▸ **Exercise material**
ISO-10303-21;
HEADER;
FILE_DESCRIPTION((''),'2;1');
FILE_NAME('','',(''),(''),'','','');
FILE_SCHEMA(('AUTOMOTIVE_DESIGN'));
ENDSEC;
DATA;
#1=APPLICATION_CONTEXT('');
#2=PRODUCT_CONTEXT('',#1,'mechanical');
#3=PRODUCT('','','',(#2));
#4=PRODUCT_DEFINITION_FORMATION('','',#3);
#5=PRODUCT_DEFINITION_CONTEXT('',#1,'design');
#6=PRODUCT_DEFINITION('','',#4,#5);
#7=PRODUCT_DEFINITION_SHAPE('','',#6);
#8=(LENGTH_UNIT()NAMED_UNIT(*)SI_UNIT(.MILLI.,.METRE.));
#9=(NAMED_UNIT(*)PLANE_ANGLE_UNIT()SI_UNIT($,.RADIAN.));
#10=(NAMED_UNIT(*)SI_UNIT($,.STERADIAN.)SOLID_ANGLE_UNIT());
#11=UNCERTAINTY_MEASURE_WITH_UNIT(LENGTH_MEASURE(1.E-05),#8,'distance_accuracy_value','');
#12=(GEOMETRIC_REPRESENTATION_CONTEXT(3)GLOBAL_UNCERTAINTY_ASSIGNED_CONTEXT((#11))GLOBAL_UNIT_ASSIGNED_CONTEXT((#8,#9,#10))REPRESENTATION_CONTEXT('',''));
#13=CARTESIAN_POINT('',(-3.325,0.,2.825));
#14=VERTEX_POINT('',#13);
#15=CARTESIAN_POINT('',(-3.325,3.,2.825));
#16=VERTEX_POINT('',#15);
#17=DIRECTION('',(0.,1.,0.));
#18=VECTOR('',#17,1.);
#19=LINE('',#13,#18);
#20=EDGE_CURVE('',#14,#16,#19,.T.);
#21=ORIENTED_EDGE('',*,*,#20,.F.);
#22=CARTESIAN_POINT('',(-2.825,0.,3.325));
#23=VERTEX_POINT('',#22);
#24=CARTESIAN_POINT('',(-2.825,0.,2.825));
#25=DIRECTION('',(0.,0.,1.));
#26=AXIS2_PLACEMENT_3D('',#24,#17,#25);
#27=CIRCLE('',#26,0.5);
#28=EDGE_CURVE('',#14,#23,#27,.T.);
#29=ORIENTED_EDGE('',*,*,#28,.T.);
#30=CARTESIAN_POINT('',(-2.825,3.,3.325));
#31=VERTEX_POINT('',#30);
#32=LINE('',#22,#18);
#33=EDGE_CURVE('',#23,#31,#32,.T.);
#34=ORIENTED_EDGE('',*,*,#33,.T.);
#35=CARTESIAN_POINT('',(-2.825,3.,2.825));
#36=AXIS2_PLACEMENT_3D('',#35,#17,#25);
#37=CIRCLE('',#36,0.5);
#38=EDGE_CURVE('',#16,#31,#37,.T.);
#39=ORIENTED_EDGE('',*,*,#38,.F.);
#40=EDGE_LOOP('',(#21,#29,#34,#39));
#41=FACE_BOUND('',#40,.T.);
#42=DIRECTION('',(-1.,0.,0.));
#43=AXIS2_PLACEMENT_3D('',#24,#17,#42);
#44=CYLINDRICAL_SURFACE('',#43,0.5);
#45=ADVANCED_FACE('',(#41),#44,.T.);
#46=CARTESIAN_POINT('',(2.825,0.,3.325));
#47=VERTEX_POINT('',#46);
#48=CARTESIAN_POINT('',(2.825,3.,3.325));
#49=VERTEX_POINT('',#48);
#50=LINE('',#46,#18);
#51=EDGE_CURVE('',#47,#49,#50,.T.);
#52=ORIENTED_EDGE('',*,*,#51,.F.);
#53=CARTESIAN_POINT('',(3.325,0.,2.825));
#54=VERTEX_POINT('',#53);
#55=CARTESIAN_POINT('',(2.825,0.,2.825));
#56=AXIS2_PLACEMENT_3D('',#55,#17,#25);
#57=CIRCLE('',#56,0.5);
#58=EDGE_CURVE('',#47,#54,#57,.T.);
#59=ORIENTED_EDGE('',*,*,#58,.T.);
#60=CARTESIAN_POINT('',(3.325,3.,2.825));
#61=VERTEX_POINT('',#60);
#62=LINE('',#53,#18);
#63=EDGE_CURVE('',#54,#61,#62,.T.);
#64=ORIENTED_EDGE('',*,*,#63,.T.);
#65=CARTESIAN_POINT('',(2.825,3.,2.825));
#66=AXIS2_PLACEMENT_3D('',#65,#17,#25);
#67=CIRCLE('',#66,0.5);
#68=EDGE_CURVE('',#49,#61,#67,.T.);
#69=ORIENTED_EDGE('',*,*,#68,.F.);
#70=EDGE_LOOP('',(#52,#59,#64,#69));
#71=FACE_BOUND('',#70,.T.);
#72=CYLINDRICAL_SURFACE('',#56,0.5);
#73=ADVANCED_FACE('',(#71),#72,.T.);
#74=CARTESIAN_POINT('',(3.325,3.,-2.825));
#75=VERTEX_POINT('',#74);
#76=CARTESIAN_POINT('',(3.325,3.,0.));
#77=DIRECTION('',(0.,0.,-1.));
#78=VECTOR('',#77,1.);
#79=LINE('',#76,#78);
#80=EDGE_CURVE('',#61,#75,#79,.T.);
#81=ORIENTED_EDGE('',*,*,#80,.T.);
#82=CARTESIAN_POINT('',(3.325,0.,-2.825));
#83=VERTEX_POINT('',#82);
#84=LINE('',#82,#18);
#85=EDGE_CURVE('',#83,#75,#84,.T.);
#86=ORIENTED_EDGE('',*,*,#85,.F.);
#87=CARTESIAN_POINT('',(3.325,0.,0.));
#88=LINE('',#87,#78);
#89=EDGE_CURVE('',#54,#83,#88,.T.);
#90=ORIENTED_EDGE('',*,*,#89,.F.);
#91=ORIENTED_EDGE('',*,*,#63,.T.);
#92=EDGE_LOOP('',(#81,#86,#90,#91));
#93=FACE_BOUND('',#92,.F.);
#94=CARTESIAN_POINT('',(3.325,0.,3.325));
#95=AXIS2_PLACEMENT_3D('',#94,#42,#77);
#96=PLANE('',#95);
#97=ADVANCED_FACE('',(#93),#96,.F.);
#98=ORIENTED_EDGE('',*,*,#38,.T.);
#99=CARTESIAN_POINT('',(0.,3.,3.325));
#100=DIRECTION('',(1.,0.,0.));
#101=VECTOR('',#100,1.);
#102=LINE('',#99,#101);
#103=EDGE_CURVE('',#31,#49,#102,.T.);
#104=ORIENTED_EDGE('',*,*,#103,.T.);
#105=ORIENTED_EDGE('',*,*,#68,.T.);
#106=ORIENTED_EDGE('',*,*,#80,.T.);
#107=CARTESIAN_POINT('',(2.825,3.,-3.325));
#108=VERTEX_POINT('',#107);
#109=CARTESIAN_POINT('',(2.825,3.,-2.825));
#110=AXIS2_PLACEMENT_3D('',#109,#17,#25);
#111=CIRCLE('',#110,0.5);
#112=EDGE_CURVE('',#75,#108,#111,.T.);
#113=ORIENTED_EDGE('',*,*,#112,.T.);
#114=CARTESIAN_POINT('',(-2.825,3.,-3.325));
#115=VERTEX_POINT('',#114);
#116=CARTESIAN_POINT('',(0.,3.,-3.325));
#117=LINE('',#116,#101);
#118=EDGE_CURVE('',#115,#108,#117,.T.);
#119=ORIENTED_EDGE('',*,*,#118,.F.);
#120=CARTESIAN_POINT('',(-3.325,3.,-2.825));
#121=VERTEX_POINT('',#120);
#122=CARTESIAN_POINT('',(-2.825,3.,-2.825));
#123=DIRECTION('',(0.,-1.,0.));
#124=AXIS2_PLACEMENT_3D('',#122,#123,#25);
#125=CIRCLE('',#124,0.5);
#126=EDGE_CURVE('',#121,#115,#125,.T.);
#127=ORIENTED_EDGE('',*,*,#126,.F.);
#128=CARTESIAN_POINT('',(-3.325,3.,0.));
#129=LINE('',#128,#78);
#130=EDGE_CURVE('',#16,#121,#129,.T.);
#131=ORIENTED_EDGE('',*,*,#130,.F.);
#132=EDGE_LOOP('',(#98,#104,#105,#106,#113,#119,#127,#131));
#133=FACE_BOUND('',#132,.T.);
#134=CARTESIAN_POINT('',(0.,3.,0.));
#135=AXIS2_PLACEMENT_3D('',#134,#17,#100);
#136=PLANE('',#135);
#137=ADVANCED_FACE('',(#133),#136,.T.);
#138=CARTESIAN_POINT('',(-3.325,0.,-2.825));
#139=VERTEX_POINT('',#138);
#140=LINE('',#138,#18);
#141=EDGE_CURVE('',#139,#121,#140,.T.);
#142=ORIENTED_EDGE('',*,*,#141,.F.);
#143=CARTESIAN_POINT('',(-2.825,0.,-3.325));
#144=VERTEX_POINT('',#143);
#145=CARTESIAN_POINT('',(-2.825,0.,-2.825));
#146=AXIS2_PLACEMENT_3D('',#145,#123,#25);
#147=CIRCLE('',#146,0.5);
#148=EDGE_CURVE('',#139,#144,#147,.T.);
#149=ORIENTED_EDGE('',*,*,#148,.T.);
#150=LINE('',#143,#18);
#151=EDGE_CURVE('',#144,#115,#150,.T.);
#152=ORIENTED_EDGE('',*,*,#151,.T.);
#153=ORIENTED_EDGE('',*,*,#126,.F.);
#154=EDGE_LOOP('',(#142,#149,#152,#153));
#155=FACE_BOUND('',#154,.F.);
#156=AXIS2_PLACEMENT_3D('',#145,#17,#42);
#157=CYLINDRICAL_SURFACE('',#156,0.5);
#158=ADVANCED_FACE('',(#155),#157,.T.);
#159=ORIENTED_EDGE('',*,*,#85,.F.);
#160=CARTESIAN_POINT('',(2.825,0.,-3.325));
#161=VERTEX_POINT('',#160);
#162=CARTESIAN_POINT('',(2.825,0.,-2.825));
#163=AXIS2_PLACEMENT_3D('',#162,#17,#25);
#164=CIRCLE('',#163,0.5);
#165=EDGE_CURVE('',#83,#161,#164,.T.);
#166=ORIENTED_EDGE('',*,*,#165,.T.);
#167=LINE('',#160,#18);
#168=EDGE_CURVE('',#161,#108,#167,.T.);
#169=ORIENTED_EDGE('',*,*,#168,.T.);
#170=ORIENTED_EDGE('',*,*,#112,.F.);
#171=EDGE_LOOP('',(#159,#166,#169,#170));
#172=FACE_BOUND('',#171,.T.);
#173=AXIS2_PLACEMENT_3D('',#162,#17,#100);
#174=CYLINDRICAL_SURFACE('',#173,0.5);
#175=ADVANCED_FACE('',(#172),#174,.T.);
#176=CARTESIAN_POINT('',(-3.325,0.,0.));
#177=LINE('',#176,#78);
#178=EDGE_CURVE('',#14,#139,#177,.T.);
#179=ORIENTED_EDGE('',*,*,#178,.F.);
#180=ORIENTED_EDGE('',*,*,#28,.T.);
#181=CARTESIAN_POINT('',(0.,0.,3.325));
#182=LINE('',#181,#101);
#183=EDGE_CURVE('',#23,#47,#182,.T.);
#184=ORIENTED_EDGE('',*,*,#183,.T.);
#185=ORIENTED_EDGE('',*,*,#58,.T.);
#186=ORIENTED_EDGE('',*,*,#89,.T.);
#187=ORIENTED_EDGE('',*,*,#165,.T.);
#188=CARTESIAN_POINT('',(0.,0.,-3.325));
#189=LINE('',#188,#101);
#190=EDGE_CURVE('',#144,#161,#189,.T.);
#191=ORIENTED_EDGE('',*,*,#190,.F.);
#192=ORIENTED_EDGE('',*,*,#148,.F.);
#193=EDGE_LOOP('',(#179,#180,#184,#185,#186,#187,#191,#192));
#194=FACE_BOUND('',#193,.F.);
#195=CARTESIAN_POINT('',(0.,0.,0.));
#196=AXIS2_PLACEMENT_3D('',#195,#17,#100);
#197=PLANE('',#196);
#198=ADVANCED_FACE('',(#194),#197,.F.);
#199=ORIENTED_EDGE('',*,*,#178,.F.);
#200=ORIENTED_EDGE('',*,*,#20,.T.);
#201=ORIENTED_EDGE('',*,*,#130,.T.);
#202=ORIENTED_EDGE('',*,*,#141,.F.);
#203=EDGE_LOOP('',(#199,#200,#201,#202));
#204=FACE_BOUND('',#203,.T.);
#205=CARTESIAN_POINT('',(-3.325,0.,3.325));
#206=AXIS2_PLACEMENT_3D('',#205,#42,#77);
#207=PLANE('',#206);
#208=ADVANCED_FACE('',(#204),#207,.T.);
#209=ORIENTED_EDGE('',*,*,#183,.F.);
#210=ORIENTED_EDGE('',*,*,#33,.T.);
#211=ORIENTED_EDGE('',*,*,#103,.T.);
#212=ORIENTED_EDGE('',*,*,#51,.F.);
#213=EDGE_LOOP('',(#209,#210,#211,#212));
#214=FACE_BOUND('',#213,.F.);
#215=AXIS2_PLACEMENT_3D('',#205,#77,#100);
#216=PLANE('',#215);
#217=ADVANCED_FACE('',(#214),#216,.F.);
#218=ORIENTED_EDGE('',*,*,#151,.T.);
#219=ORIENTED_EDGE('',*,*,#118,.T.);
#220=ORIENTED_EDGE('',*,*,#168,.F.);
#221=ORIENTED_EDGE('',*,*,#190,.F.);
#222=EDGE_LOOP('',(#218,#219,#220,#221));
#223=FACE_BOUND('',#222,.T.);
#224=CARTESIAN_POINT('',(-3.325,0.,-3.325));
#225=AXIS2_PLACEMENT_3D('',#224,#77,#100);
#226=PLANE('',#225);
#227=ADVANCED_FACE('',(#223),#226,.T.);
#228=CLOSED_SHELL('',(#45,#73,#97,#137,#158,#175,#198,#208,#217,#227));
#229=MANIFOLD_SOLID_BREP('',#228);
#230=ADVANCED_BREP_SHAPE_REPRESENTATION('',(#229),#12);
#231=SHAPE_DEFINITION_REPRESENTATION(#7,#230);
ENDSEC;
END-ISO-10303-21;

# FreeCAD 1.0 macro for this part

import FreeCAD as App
import Part
import Sketcher

V = App.Vector


def edges_at(feature, points):
    """Names of the edges that pass closest to the given points."""
    edges = feature.Shape.Edges
    near = lambda p: min(range(len(edges)), key=lambda i: edges[i].distToShape(Part.Vertex(*p))[0])
    return sorted({f"Edge{near(p) + 1}" for p in points})

doc = App.newDocument("Part")
body = doc.addObject("PartDesign::Body", "Body")

# Sketch on XZ plane
sketch1 = body.newObject("Sketcher::SketchObject", "Sketch")
sketch1.AttachmentSupport = (doc.getObject("XZ_Plane"), [""])
sketch1.MapMode = "FlatFace"
sketch1.addGeometry([
    Part.LineSegment(V(-3.325, -3.325, 0), V(-3.325, 3.325, 0)),
    Part.LineSegment(V(-3.325, 3.325, 0), V(3.325, 3.325, 0)),
    Part.LineSegment(V(3.325, 3.325, 0), V(3.325, -3.325, 0)),
    Part.LineSegment(V(3.325, -3.325, 0), V(-3.325, -3.325, 0)),
], False)
sketch1.addConstraint([
    Sketcher.Constraint("Coincident", 0, 2, 1, 1),
    Sketcher.Constraint("Coincident", 1, 2, 2, 1),
    Sketcher.Constraint("Coincident", 2, 2, 3, 1),
    Sketcher.Constraint("Coincident", 3, 2, 0, 1),
    Sketcher.Constraint("Vertical", 0),
    Sketcher.Constraint("Horizontal", 1),
    Sketcher.Constraint("Vertical", 2),
    Sketcher.Constraint("Horizontal", 3),
    Sketcher.Constraint("Symmetric", 0, 2, 2, 2, -1, 1),
    Sketcher.Constraint("Equal", 3, 0),
    Sketcher.Constraint("DistanceX", 1, 1, 1, 2, 6.65),
])
pad1 = body.newObject("PartDesign::Pad", "Pad")
pad1.Profile = sketch1
pad1.Length = 3
pad1.Reversed = True
doc.recompute()

fillet = body.newObject("PartDesign::Fillet", "Fillet")
fillet.Base = (pad1, edges_at(pad1, [
    (3.325, 1.5, 3.325),
    (-3.325, 1.5, 3.325),
    (-3.325, 1.5, -3.325),
    (3.325, 1.5, -3.325),
]))
fillet.Radius = 0.5

doc.recompute()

▸ **Work to complete**
Restate word for word the entries above from the line with "#39=ORIENTED_EDGE('',*,*,#38,.F.);" through the line with "#55=CARTESIAN_POINT('',(2.825,0.,2.825));", inclusive, leaving out everything else.

▸ **Task response**
#39=ORIENTED_EDGE('',*,*,#38,.F.);
#40=EDGE_LOOP('',(#21,#29,#34,#39));
#41=FACE_BOUND('',#40,.T.);
#42=DIRECTION('',(-1.,0.,0.));
#43=AXIS2_PLACEMENT_3D('',#24,#17,#42);
#44=CYLINDRICAL_SURFACE('',#43,0.5);
#45=ADVANCED_FACE('',(#41),#44,.T.);
#46=CARTESIAN_POINT('',(2.825,0.,3.325));
#47=VERTEX_POINT('',#46);
#48=CARTESIAN_POINT('',(2.825,3.,3.325));
#49=VERTEX_POINT('',#48);
#50=LINE('',#46,#18);
#51=EDGE_CURVE('',#47,#49,#50,.T.);
#52=ORIENTED_EDGE('',*,*,#51,.F.);
#53=CARTESIAN_POINT('',(3.325,0.,2.825));
#54=VERTEX_POINT('',#53);
#55=CARTESIAN_POINT('',(2.825,0.,2.825));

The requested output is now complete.